Generally, a data repository refers to a data storage entity. There are two categories of data repositories that are recommended for Hakai researchers or affiliates to publish data to.

Hakai Institute Data Catalogue and Repository. Data produced or aggregated by Hakai employees, affiliates, postdocs or students funded by the Tula Foundation should be hosted on the Hakai Institute GitHub Repository for long-term archiving, and a metadata record created in the Hakai Data Catalogue using the Hakai metadata intake form.
Domain-specific Repositories. Wherever possible, data should be published to open-access, domain-specific data repositories in addition to being hosted in the Hakai GitHub repository and recorded in the Hakai Data Catalogue. These are data repositories that have well-developed community standards for data and metadata. Examples include CIOOS, ERDDAP, OBIS, Genbank, SOCAT, and HydroShare just to name a few. You can discover a relevant domain-specific repository for your data using https://www.re3data.org/.
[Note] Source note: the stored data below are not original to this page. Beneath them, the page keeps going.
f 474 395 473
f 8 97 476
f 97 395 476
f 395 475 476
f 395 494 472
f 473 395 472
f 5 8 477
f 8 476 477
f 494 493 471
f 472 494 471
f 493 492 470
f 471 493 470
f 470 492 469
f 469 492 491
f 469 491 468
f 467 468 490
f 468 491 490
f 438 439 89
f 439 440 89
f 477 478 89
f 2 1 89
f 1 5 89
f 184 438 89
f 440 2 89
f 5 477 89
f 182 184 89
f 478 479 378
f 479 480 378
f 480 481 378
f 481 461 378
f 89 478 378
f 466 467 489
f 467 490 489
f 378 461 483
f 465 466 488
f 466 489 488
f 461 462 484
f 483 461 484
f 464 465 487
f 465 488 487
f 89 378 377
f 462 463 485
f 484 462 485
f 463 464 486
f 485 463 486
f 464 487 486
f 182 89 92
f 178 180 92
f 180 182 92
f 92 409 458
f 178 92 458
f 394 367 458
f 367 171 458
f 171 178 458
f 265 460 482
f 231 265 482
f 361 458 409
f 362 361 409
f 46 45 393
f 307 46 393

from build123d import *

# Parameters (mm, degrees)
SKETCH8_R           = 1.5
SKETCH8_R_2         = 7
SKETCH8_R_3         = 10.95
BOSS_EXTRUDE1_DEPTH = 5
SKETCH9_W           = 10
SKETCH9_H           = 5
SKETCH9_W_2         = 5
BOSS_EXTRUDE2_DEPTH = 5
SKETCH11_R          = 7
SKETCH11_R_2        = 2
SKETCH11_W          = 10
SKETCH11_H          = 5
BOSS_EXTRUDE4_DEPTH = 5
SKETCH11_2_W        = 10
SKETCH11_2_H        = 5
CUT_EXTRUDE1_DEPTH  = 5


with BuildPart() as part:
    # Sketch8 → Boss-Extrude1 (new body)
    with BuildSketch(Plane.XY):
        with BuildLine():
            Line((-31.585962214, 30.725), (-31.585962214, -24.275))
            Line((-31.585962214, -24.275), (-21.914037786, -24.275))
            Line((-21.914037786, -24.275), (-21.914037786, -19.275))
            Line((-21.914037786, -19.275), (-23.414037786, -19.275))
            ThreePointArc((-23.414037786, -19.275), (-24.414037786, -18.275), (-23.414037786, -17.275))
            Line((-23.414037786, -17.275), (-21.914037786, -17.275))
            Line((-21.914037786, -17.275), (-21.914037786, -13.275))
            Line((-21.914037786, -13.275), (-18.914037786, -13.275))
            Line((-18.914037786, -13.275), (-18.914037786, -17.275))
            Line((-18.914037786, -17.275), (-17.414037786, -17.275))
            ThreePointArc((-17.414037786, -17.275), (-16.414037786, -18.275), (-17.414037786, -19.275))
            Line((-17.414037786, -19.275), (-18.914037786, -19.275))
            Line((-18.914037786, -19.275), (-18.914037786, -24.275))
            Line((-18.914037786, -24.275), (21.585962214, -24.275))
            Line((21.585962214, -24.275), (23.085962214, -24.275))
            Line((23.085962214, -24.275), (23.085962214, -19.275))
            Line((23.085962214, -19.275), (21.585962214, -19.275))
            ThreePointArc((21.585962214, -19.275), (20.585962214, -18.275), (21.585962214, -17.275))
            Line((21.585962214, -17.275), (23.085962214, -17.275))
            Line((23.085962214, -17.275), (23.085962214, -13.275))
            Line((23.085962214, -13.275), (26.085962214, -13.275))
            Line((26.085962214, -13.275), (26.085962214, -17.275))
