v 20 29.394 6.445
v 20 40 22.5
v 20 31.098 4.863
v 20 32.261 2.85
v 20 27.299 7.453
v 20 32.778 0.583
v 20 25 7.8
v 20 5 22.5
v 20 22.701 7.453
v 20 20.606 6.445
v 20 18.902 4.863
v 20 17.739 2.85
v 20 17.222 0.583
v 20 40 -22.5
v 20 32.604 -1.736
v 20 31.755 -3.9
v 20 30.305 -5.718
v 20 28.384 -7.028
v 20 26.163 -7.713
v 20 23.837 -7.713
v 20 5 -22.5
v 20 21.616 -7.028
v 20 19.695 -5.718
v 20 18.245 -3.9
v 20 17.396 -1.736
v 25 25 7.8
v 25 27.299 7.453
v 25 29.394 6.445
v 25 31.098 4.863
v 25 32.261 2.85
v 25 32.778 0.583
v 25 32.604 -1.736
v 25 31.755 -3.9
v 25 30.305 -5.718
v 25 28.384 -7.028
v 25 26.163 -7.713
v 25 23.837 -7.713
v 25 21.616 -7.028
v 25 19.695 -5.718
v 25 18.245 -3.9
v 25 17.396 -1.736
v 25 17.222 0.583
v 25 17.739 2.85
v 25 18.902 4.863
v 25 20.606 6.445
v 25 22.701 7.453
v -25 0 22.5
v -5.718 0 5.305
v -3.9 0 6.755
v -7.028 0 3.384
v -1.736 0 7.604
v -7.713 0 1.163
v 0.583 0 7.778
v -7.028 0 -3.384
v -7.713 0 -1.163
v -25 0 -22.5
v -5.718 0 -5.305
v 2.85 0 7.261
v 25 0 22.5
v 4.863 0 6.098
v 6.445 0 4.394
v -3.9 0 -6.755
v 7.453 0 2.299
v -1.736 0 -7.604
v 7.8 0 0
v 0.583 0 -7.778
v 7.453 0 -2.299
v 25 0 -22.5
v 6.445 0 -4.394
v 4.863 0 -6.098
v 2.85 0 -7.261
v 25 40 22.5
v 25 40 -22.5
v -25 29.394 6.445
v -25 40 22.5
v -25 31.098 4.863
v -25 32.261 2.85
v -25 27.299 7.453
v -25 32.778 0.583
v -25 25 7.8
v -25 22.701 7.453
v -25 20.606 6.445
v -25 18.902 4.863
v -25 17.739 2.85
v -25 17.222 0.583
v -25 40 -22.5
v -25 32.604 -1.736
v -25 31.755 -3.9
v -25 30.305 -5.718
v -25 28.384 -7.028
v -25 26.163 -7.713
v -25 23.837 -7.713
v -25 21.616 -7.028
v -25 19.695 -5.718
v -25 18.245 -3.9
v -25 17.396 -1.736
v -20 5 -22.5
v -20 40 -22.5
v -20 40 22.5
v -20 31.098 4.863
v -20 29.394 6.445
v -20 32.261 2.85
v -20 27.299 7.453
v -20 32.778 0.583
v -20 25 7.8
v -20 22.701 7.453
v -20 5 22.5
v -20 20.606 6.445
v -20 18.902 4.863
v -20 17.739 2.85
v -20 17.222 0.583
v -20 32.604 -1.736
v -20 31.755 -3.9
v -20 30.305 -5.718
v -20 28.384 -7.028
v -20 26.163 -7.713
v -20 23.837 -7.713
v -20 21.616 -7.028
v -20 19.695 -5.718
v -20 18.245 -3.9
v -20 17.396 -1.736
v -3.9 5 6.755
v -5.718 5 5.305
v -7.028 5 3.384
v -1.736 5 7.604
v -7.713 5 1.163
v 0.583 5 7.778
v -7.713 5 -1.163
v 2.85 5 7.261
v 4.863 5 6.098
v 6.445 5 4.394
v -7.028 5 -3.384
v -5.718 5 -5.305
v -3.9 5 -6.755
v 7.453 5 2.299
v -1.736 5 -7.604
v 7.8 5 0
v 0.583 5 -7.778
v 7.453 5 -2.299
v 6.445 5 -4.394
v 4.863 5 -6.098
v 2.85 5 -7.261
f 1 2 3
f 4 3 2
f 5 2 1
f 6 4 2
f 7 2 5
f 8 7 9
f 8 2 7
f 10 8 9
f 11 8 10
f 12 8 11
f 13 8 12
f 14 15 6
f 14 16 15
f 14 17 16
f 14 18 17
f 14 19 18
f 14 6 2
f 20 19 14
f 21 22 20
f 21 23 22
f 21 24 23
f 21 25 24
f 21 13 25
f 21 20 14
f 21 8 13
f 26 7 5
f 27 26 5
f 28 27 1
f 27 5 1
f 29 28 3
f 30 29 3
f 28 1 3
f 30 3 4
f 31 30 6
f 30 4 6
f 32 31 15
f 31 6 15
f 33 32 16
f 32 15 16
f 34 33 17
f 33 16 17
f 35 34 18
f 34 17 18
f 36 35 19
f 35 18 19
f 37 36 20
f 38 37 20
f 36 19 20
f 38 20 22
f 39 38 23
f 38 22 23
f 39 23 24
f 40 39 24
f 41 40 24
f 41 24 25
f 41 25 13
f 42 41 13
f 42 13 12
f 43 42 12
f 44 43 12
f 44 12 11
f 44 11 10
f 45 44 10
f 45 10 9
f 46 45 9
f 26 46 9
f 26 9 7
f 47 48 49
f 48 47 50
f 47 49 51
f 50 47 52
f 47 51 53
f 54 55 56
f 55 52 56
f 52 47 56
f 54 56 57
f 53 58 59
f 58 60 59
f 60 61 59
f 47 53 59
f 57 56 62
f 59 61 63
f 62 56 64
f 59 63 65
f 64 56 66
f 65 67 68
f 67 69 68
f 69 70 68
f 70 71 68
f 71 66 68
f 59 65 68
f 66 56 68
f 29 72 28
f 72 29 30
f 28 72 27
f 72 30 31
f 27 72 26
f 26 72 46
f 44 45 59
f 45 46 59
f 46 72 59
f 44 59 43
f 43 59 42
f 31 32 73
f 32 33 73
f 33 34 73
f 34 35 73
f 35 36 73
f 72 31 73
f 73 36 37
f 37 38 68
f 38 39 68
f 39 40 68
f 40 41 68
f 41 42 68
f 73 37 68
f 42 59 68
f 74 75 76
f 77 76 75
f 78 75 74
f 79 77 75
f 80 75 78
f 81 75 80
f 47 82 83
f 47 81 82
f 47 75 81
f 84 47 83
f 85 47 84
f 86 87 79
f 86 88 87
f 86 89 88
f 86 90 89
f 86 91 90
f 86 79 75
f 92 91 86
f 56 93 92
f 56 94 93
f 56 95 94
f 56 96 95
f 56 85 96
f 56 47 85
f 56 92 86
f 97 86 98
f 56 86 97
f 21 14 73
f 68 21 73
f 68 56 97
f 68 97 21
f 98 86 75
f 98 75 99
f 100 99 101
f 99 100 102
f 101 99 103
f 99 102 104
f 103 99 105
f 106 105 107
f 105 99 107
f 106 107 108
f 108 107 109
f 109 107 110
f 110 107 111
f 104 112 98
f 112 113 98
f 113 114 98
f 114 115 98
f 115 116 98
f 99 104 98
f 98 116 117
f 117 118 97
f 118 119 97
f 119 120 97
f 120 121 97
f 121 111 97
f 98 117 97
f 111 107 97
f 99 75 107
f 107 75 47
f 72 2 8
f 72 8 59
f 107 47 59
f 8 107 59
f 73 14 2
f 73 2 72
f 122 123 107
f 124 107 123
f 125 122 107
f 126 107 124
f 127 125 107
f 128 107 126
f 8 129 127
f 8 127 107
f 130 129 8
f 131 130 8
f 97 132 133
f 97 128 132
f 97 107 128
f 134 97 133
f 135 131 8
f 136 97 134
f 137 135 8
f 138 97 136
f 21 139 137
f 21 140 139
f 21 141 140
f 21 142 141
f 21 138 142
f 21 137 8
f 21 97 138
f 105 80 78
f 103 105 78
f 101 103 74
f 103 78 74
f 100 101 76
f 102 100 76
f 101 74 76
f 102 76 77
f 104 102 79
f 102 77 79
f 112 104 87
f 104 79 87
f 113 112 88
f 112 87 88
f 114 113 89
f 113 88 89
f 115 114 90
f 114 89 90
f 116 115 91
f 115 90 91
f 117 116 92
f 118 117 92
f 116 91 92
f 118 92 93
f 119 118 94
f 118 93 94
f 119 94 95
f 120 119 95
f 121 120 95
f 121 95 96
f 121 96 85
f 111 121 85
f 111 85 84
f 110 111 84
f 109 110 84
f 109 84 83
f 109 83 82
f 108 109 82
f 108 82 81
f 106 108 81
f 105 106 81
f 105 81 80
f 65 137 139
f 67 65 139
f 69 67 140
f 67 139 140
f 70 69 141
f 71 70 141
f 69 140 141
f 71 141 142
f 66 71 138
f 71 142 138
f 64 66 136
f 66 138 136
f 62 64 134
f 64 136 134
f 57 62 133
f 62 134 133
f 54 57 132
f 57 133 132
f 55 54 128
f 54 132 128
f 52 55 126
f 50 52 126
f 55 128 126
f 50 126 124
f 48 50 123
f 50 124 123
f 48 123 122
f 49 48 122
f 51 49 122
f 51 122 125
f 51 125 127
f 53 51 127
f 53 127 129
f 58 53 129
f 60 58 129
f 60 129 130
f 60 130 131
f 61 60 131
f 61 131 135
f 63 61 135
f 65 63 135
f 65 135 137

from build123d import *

# Parameters (mm, degrees)
SKETCH1_W           = 50
SKETCH1_H           = 45
BOSS_EXTRUDE1_DEPTH = 5
SKETCH5_W           = 5
SKETCH5_H           = 45
BOSS_EXTRUDE3_DEPTH = 35
SKETCH9_R           = 7.8
CUT_EXTRUDE5_DEPTH  = 10
SKETCH11_R          = 7.8
CUT_EXTRUDE8_DEPTH  = 51


with BuildPart() as part:
    # Sketch1 → Boss-Extrude1 (new body)
    with BuildSketch(Plane(origin=(0, 0, 0), x_dir=(1, 0, 0), z_dir=(0, 1, 0))):
        Rectangle(SKETCH1_W, SKETCH1_H)
    extrude(amount=BOSS_EXTRUDE1_DEPTH)

    # Sketch5 → Boss-Extrude3 (add)
    with BuildSketch(Plane(origin=(0, 5, 0), x_dir=(1, 0, 0), z_dir=(0, 1, 0))):
        with Locations((22.5, 0)):
            Rectangle(SKETCH5_W, SKETCH5_H)
        with Locations((-22.5, 0)):
            Rectangle(SKETCH5_W, SKETCH5_H)
    extrude(amount=BOSS_EXTRUDE3_DEPTH)

    # Sketch9 → Cut-Extrude5 (cut)
    with BuildSketch(Plane(origin=(0, 5, 0), x_dir=(1, 0, 0), z_dir=(0, 1, 0))):
        Circle(SKETCH9_R)
    extrude(amount=-CUT_EXTRUDE5_DEPTH, mode=Mode.SUBTRACT)

    # Sketch11 → Cut-Extrude8 (cut, through all)
    with BuildSketch(Plane.ZY.offset(25)):
        with Locations((0, 25)):
            Circle(SKETCH11_R)
    extrude(amount=-CUT_EXTRUDE8_DEPTH, mode=Mode.SUBTRACT)


solid = part.part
Hakai Institute Data Catalogue and Data Repository

Metadata (data about data) are stored in the Hakai Data Catalogue in the form of metadata records that data providers can create using the Hakai Metadata Intake Form. The metadata record contains important and standardized information about data that ensure it is broadly discoverable and accessible. The Hakai Data Catalogue is not itself a database or data repository but rather an index for where datasets or data packages are stored. Therefore, in the Resources section of the metadata intake form you must provide a link to where your data package is stored. Figure 1 details the workflow for creating metadata records for the Hakai Data Catalogue and publishing data. It is recommended that Hakai data packages be hosted in the Hakai Institute GitHub Repository according to the data package content recommendations below. See Hosting Data on GitHub for more information.

Figure 1. Hakai Data Publishing Decision Tree for creating a metadata record in the Hakai Data Catalogue and publishing data to domain-specific, open-access data repositories.

Hakai data package content recommendations:

Describe thoroughly the field, lab, and data processing protocols used to produce your data. This could be done in a Readme.txt, a .pdf, or a previous publication defining your methods.
Create a Data Dictionary (.txt or .csv file). This describes each variable in every table of your data package. Include variable name, units, description.
Assign a version to your data package using a major. minor version ie. v2.1. The semantic versioning of the data package should match the semantic versioning included in the metadata record in the Hakai Data Catalogue.
Create a changelog in a .txt file to keep track of what changes have occurred since the last version. Follow this guide to keep a changelog.
Include all your data tables as plain text files (.csv, .txt, .tsv).
Include any scripts that were used to clean up, filter data from the raw data, calculate values in the final data package, or example scripts to join data.
If applicable, the data package should contain an Archive folder to house older/previous versions of the data package or time-series data.

Optional:

Include literature referenced, equipment manuals, anything relevant to your methods.
If your data package has numerous tables that fit together in a relational database structure, include a diagram such as an Entity Relationship Diagram to describe hierarchical relationships of tables.
A folder containing the standardized data that is published to an open-access, domain-specific repository.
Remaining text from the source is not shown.